═════ Data

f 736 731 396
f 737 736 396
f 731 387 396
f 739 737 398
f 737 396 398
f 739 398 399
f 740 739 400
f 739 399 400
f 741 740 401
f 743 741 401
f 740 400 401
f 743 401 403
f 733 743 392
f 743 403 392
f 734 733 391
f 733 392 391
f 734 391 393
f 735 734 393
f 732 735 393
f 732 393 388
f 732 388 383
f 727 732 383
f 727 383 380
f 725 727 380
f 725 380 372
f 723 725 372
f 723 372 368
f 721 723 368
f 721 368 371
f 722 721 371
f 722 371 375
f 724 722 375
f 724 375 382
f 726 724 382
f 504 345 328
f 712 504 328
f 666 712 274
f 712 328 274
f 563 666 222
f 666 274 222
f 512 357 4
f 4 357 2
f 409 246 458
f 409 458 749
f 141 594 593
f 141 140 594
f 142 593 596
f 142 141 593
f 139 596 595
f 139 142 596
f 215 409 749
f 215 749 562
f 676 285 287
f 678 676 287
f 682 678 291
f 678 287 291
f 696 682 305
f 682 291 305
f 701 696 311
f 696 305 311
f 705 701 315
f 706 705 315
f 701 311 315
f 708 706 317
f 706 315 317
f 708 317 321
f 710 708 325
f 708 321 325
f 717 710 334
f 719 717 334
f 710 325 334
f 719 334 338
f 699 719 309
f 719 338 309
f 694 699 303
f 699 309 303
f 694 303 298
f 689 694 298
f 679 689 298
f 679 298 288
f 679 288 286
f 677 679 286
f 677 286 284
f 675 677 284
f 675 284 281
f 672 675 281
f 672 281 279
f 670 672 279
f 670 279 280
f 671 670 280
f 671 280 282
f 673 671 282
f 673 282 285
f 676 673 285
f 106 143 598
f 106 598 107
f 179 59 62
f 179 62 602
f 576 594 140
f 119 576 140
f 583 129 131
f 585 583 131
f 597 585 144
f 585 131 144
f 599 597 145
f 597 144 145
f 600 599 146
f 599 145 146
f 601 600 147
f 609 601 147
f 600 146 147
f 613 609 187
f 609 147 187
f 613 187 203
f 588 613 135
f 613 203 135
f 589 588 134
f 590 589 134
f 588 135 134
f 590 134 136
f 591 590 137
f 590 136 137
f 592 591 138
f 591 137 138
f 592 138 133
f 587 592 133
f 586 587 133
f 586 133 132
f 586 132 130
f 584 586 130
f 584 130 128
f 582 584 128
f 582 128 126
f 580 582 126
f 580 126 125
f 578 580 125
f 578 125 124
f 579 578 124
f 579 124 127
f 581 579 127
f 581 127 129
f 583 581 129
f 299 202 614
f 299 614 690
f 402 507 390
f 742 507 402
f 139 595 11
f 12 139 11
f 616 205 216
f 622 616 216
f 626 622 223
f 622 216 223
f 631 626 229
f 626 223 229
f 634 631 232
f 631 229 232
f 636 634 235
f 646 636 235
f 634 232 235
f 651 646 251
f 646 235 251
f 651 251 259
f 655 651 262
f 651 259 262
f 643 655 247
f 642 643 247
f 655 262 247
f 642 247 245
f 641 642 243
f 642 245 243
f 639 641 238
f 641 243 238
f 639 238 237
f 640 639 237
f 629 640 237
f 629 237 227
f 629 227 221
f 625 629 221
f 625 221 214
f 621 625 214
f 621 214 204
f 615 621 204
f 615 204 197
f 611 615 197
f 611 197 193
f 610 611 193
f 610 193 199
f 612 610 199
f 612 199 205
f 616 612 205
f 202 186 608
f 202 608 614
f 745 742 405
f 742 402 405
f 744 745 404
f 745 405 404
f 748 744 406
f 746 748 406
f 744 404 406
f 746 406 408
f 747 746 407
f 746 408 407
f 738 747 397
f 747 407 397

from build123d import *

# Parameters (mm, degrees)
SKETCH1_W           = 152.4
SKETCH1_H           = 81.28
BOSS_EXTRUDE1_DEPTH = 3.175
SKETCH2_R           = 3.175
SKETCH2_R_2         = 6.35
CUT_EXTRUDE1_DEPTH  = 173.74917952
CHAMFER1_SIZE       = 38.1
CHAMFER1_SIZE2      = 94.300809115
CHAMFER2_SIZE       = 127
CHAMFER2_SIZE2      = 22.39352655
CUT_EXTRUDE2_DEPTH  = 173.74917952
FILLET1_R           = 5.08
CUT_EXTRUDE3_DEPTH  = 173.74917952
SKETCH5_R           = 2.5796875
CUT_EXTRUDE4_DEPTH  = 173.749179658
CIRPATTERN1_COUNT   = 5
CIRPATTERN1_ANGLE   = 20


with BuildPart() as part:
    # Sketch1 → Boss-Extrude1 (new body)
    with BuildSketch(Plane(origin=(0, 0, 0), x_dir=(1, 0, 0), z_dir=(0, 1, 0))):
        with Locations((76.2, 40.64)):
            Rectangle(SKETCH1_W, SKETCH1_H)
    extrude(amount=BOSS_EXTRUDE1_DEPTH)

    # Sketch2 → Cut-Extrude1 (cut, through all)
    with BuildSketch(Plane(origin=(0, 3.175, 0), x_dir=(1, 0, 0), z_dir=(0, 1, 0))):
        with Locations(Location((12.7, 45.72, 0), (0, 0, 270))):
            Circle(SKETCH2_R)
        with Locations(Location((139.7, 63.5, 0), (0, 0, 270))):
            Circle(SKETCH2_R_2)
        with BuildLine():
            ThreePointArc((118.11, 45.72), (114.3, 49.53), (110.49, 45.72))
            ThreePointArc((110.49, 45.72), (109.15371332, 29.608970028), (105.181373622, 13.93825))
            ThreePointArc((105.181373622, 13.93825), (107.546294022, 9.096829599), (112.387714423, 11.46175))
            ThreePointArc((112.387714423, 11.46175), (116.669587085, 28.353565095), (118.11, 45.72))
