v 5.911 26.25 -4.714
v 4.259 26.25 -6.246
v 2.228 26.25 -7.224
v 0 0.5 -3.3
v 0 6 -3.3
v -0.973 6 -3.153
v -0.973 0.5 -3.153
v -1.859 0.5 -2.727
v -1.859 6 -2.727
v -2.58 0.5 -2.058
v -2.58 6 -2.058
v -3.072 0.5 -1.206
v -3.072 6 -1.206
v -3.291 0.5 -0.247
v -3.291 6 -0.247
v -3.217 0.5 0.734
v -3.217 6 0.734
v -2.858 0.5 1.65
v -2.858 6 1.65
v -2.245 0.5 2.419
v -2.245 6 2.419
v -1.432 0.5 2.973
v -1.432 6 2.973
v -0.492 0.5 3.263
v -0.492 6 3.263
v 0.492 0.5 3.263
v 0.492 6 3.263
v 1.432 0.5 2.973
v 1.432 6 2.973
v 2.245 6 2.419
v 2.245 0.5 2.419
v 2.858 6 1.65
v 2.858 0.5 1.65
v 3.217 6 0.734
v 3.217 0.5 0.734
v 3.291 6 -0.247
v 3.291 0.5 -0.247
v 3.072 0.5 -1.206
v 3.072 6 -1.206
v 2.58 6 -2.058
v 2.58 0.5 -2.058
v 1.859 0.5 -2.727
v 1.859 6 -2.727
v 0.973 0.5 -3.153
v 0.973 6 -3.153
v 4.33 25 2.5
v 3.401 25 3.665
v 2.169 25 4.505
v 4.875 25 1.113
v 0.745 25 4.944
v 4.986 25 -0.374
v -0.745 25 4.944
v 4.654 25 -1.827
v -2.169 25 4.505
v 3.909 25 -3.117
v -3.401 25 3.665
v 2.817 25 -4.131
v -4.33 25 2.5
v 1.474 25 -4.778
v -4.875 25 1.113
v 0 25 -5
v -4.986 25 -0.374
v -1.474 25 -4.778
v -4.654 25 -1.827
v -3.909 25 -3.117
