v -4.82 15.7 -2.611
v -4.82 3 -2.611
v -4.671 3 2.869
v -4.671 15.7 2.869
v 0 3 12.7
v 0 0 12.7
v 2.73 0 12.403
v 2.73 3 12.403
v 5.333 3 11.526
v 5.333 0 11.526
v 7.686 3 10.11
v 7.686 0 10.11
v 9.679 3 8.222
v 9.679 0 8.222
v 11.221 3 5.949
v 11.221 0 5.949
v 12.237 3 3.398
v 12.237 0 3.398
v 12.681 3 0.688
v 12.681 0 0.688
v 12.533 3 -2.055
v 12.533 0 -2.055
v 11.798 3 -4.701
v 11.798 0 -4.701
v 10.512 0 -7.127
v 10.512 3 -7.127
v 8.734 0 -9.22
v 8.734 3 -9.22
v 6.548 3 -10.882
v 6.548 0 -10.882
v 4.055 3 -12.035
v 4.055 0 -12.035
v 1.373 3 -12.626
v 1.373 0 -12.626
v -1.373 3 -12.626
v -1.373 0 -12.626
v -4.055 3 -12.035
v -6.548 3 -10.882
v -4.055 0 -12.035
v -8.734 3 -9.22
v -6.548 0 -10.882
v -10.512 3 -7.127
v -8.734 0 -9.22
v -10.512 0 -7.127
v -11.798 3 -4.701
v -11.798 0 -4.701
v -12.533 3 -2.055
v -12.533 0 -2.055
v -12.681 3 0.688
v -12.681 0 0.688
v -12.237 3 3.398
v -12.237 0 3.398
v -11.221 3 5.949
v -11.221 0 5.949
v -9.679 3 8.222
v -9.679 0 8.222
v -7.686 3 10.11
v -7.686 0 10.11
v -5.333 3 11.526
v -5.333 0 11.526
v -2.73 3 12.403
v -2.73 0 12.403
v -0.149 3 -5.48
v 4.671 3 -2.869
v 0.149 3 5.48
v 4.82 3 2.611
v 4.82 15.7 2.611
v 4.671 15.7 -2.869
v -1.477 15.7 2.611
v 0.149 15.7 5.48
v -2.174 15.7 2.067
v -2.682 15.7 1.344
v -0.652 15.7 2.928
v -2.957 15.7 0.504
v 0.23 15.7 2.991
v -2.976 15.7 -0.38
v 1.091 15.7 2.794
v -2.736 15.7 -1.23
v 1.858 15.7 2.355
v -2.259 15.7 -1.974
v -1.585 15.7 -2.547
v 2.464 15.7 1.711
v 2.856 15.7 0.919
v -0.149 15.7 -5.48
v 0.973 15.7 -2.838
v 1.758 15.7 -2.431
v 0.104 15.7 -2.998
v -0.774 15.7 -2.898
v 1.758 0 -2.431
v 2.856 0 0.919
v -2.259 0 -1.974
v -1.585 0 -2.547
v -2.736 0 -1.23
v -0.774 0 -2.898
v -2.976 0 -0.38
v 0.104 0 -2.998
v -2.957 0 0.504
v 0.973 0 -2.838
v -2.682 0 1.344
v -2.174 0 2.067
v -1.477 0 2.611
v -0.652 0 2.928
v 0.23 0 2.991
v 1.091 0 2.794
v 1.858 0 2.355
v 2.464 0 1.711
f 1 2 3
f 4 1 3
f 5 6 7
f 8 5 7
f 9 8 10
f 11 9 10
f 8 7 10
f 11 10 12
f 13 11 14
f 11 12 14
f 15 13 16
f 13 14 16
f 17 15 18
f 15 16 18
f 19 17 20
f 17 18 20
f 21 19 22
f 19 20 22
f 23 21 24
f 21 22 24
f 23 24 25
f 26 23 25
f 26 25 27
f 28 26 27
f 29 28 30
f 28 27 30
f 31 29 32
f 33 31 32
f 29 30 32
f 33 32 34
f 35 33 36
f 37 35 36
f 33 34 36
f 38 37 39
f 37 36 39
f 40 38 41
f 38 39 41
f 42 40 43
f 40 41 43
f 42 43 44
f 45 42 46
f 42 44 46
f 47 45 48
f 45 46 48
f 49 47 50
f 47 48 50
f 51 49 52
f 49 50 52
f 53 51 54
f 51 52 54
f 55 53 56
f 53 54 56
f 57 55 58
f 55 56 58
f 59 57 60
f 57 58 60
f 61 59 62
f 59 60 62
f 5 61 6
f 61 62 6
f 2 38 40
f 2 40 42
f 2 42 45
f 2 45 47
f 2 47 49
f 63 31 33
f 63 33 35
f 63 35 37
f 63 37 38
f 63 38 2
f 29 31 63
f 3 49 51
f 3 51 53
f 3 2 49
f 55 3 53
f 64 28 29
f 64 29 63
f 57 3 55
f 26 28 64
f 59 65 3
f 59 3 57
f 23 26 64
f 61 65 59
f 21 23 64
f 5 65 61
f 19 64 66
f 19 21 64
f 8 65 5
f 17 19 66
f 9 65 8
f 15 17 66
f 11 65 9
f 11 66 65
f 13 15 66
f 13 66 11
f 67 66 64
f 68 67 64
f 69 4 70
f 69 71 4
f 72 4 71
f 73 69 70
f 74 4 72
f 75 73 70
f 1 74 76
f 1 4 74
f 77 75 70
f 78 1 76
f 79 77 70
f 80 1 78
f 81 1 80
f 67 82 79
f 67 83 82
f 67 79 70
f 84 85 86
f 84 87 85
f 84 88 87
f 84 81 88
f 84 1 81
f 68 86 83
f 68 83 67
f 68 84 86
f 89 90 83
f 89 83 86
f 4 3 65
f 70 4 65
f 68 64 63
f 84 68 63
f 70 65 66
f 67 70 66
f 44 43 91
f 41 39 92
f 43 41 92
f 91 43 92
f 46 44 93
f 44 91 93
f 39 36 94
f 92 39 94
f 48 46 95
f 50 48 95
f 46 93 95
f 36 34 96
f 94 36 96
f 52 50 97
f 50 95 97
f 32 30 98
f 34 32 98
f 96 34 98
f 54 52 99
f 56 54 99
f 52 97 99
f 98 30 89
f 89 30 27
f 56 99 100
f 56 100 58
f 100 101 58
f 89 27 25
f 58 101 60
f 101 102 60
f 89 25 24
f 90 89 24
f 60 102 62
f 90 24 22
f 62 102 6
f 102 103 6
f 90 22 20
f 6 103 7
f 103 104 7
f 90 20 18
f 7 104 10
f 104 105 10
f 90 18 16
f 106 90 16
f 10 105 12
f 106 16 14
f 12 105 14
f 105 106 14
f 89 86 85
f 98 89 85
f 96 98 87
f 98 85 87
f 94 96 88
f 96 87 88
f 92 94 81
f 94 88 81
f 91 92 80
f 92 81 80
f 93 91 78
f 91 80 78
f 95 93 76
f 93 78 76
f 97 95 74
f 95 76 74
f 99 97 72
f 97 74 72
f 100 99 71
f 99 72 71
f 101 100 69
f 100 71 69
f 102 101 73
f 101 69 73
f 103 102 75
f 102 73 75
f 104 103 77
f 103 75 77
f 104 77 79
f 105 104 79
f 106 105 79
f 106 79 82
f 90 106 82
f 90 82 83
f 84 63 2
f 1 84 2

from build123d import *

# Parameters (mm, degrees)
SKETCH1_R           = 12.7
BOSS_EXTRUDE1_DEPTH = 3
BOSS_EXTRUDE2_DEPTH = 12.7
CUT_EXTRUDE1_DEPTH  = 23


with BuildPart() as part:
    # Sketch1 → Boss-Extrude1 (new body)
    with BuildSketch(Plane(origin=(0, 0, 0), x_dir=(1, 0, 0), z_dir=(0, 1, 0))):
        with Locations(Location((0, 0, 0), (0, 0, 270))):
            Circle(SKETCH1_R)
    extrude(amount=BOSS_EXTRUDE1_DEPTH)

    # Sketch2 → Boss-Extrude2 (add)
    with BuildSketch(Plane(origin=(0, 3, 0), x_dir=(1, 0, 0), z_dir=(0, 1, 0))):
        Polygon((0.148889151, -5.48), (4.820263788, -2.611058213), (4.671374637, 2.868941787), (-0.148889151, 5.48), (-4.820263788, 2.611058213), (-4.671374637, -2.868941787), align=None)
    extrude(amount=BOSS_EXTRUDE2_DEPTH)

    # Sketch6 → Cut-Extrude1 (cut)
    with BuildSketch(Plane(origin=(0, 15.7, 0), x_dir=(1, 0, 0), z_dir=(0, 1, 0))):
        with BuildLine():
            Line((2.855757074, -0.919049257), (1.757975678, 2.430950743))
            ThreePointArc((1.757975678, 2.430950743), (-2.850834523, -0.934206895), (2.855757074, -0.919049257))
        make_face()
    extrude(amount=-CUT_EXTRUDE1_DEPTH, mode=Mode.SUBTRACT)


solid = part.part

══════════

■ Exercise goal
Your answer must be the lines from the one with "f 101 69 73" through the last line of the data, repeated exactly and with nothing else.

■ Solution for this problem
f 101 69 73
f 103 102 75
f 102 73 75
f 104 103 77
f 103 75 77
f 104 77 79
f 105 104 79
f 106 105 79
f 106 79 82
f 90 106 82
f 90 82 83
f 84 63 2
f 1 84 2

from build123d import *

# Parameters (mm, degrees)
SKETCH1_R           = 12.7
BOSS_EXTRUDE1_DEPTH = 3
BOSS_EXTRUDE2_DEPTH = 12.7
CUT_EXTRUDE1_DEPTH  = 23


with BuildPart() as part:
    # Sketch1 → Boss-Extrude1 (new body)
    with BuildSketch(Plane(origin=(0, 0, 0), x_dir=(1, 0, 0), z_dir=(0, 1, 0))):
        with Locations(Location((0, 0, 0), (0, 0, 270))):
            Circle(SKETCH1_R)
    extrude(amount=BOSS_EXTRUDE1_DEPTH)

    # Sketch2 → Boss-Extrude2 (add)
    with BuildSketch(Plane(origin=(0, 3, 0), x_dir=(1, 0, 0), z_dir=(0, 1, 0))):
        Polygon((0.148889151, -5.48), (4.820263788, -2.611058213), (4.671374637, 2.868941787), (-0.148889151, 5.48), (-4.820263788, 2.611058213), (-4.671374637, -2.868941787), align=None)
    extrude(amount=BOSS_EXTRUDE2_DEPTH)

    # Sketch6 → Cut-Extrude1 (cut)
    with BuildSketch(Plane(origin=(0, 15.7, 0), x_dir=(1, 0, 0), z_dir=(0, 1, 0))):
        with BuildLine():
            Line((2.855757074, -0.919049257), (1.757975678, 2.430950743))
            ThreePointArc((1.757975678, 2.430950743), (-2.850834523, -0.934206895), (2.855757074, -0.919049257))
        make_face()
    extrude(amount=-CUT_EXTRUDE1_DEPTH, mode=Mode.SUBTRACT)


solid = part.part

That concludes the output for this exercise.